*EXERCISE OBJECTIVE*
Would you please return the lines of the entries below starting at the line that has "solid = part.part" and ending at the line that has "FreeCAD Python script", both included, exactly as they are?

Extracted records

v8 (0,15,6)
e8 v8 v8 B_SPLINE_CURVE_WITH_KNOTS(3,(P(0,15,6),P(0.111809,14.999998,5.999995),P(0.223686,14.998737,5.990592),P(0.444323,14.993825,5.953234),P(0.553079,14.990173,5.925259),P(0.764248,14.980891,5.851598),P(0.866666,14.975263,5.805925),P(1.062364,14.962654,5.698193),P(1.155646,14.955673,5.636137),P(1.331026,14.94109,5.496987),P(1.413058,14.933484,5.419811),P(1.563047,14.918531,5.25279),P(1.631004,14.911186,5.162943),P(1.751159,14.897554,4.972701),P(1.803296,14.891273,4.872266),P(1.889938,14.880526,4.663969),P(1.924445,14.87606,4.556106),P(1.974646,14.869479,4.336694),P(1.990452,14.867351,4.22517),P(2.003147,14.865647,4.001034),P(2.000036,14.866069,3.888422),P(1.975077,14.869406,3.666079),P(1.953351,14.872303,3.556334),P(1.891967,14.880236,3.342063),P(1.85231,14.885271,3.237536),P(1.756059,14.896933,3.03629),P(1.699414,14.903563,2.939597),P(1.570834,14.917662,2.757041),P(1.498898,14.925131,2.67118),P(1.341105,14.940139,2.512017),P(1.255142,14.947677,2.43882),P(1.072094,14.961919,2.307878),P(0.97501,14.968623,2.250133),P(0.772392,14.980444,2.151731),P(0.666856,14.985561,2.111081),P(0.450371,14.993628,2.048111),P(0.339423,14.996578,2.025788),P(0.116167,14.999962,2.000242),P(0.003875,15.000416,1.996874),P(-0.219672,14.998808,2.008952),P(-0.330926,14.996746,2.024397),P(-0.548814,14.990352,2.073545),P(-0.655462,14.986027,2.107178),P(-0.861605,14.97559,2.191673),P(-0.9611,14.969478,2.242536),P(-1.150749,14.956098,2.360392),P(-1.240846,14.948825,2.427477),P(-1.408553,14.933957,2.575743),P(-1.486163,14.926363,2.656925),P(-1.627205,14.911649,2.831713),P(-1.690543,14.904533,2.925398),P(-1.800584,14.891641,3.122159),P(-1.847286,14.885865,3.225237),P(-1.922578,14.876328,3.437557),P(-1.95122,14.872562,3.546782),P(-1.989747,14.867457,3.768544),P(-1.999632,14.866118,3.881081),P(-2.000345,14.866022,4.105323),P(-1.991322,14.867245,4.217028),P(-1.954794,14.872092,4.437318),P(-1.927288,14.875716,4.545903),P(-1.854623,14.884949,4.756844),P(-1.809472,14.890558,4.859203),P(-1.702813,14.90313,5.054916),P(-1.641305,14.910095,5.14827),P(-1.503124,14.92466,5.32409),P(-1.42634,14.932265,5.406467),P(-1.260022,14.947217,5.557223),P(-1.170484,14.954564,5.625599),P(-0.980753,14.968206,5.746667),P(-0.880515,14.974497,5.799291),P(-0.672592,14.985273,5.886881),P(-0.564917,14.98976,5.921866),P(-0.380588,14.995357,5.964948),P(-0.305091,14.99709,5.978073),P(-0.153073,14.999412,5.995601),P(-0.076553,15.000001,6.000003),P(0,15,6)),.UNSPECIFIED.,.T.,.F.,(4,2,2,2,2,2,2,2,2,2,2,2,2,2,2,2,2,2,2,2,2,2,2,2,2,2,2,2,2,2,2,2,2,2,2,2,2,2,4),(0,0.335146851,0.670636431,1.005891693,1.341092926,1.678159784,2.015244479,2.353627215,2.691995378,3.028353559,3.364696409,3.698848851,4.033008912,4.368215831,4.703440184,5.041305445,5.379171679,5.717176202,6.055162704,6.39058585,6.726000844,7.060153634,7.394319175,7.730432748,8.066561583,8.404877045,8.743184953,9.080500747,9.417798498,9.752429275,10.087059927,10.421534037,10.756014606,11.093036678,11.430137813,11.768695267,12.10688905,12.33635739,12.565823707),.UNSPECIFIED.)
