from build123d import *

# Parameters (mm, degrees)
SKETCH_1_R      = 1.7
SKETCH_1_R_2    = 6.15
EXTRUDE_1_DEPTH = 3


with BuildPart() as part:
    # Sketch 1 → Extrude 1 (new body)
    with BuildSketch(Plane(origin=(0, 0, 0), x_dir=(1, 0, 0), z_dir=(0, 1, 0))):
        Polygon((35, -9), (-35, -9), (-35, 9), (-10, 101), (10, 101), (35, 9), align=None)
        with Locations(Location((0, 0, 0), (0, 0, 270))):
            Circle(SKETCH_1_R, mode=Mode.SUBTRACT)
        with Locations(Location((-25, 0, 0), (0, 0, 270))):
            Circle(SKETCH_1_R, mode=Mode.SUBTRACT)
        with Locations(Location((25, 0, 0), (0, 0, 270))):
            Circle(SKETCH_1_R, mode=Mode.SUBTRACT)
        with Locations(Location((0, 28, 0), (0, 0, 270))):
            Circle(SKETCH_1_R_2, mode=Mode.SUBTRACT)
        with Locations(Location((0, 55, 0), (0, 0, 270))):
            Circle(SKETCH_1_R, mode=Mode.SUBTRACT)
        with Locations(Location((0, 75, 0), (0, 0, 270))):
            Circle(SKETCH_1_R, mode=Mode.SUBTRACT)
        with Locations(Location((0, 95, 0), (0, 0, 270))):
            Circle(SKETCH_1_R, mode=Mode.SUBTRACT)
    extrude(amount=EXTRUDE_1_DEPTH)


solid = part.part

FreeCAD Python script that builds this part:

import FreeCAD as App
import Part
import Sketcher
from FreeCAD import Vector
Q = App.Units.Quantity

doc = App.newDocument("Part")
params = doc.addObject("Spreadsheet::Sheet", "Params")
for row, (alias, value) in enumerate([
    ("sketch1_diameter", "3.4 mm"),
    ("sketch1_diameter2", "12.3 mm"),
    ("sketch1_width", "70 mm"),
    ("sketch1_width2", "20 mm"),
    ("sketch1_height", "18 mm"),
    ("pad1_length", "3 mm"),
], start=1):
    params.set(f"A{row}", alias)
    params.set(f"B{row}", "=" + value)
    params.setAlias(f"B{row}", alias)

body = doc.addObject("PartDesign::Body", "Body")

sketch1 = doc.addObject("Sketcher::SketchObject", "Sketch")
body.addObject(sketch1)
sketch1.AttachmentSupport = (doc.XZ_Plane, [""])
sketch1.MapMode = "FlatFace"
sketch1.addGeometry(Part.LineSegment(Vector(-35, 9, 0), Vector(35, 9, 0)), False)
sketch1.addGeometry(Part.LineSegment(Vector(35, 9, 0), Vector(35, -9, 0)), False)
sketch1.addGeometry(Part.LineSegment(Vector(35, -9, 0), Vector(10, -101, 0)), False)
sketch1.addGeometry(Part.LineSegment(Vector(10, -101, 0), Vector(-10, -101, 0)), False)
sketch1.addGeometry(Part.LineSegment(Vector(-10, -101, 0), Vector(-35, -9, 0)), False)
sketch1.addGeometry(Part.LineSegment(Vector(-35, -9, 0), Vector(-35, 9, 0)), False)
sketch1.addGeometry(Part.Circle(Vector(25, 0, 0), Vector(0, 0, 1), 1.7), False)
sketch1.addGeometry(Part.Circle(Vector(0, 0, 0), Vector(0, 0, 1), 1.7), False)
sketch1.addGeometry(Part.Circle(Vector(-25, 0, 0), Vector(0, 0, 1), 1.7), False)
sketch1.addGeometry(Part.Circle(Vector(0, -28, 0), Vector(0, 0, 1), 6.2), False)
sketch1.addGeometry(Part.Circle(Vector(0, -55, 0), Vector(0, 0, 1), 1.7), False)
sketch1.addGeometry(Part.Circle(Vector(0, -75, 0), Vector(0, 0, 1), 1.7), False)
sketch1.addGeometry(Part.Circle(Vector(0, -95, 0), Vector(0, 0, 1), 1.7), False)
sketch1.addConstraint(Sketcher.Constraint("Coincident", 0, 2, 1, 1))
sketch1.addConstraint(Sketcher.Constraint("Coincident", 1, 2, 2, 1))
sketch1.addConstraint(Sketcher.Constraint("Coincident", 2, 2, 3, 1))
sketch1.addConstraint(Sketcher.Constraint("Coincident", 3, 2, 4, 1))
sketch1.addConstraint(Sketcher.Constraint("Coincident", 4, 2, 5, 1))
sketch1.addConstraint(Sketcher.Constraint("Coincident", 5, 2, 0, 1))
sketch1.addConstraint(Sketcher.Constraint("Horizontal", 0))
sketch1.addConstraint(Sketcher.Constraint("Vertical", 1))
sketch1.addConstraint(Sketcher.Constraint("Horizontal", 3))
sketch1.addConstraint(Sketcher.Constraint("Vertical", 5))
sketch1.addConstraint(Sketcher.Constraint("Coincident", 7, 3, -1, 1))
sketch1.addConstraint(Sketcher.Constraint("Equal", 6, 7))
sketch1.addConstraint(Sketcher.Constraint("Equal", 7, 8))
sketch1.addConstraint(Sketcher.Constraint("Equal", 8, 10))
sketch1.addConstraint(Sketcher.Constraint("Equal", 10, 11))
sketch1.addConstraint(Sketcher.Constraint("Equal", 11, 12))
sketch1.addConstraint(Sketcher.Constraint("Symmetric", 6, 3, 8, 3, -1, 1))
sketch1.addConstraint(Sketcher.Constraint("Symmetric", 0, 2, 4, 2, -1, 1))
sketch1.addConstraint(Sketcher.Constraint("PointOnObject", 6, 3, -1))
sketch1.addConstraint(Sketcher.Constraint("PointOnObject", 9, 3, -2))
sketch1.addConstraint(Sketcher.Constraint("PointOnObject", 10, 3, -2))
sketch1.addConstraint(Sketcher.Constraint("PointOnObject", 11, 3, -2))
sketch1.addConstraint(Sketcher.Constraint("PointOnObject", 12, 3, -2))
sketch1.addConstraint(Sketcher.Constraint("Horizontal", 1, 2, 4, 2))
sketch1.addConstraint(Sketcher.Constraint("Equal", 2, 4))
sketch1.addConstraint(Sketcher.Constraint("Diameter", 6, Q("3.4 mm")))
sketch1.addConstraint(Sketcher.Constraint("Diameter", 9, Q("12.3 mm")))
sketch1.addConstraint(Sketcher.Constraint("DistanceX", 0, 1, 0, 2, Q("70 mm")))
sketch1.addConstraint(Sketcher.Constraint("DistanceX", 3, 2, 3, 1, Q("20 mm")))
sketch1.addConstraint(Sketcher.Constraint("DistanceY", 1, 2, 1, 1, Q("18 mm")))
sketch1.addConstraint(Sketcher.Constraint("DistanceX", -1, 1, 6, 3, Q("25 mm")))
sketch1.addConstraint(Sketcher.Constraint("DistanceY", 9, 3, -1, 1, Q("28 mm")))
sketch1.addConstraint(Sketcher.Constraint("DistanceY", 10, 3, -1, 1, Q("55 mm")))
sketch1.addConstraint(Sketcher.Constraint("DistanceY", 11, 3, -1, 1, Q("75 mm")))
sketch1.addConstraint(Sketcher.Constraint("DistanceY", 12, 3, -1, 1, Q("95 mm")))
sketch1.addConstraint(Sketcher.Constraint("DistanceY", 2, 2, -1, 1, Q("101 mm")))
sketch1.setExpression("Constraints[25]", "Params.sketch1_diameter")
sketch1.setExpression("Constraints[26]", "Params.sketch1_diameter2")
sketch1.setExpression("Constraints[27]", "Params.sketch1_width")
sketch1.setExpression("Constraints[28]", "Params.sketch1_width2")
sketch1.setExpression("Constraints[29]", "Params.sketch1_height")
pad1 = doc.addObject("PartDesign::Pad", "Pad")
body.addObject(pad1)
pad1.Profile = sketch1
pad1.setExpression("Length", "Params.pad1_length")
pad1.Reversed = True

doc.recompute()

*ANSWER TO THE PROBLEM*
solid = part.part

FreeCAD Python script that builds this part:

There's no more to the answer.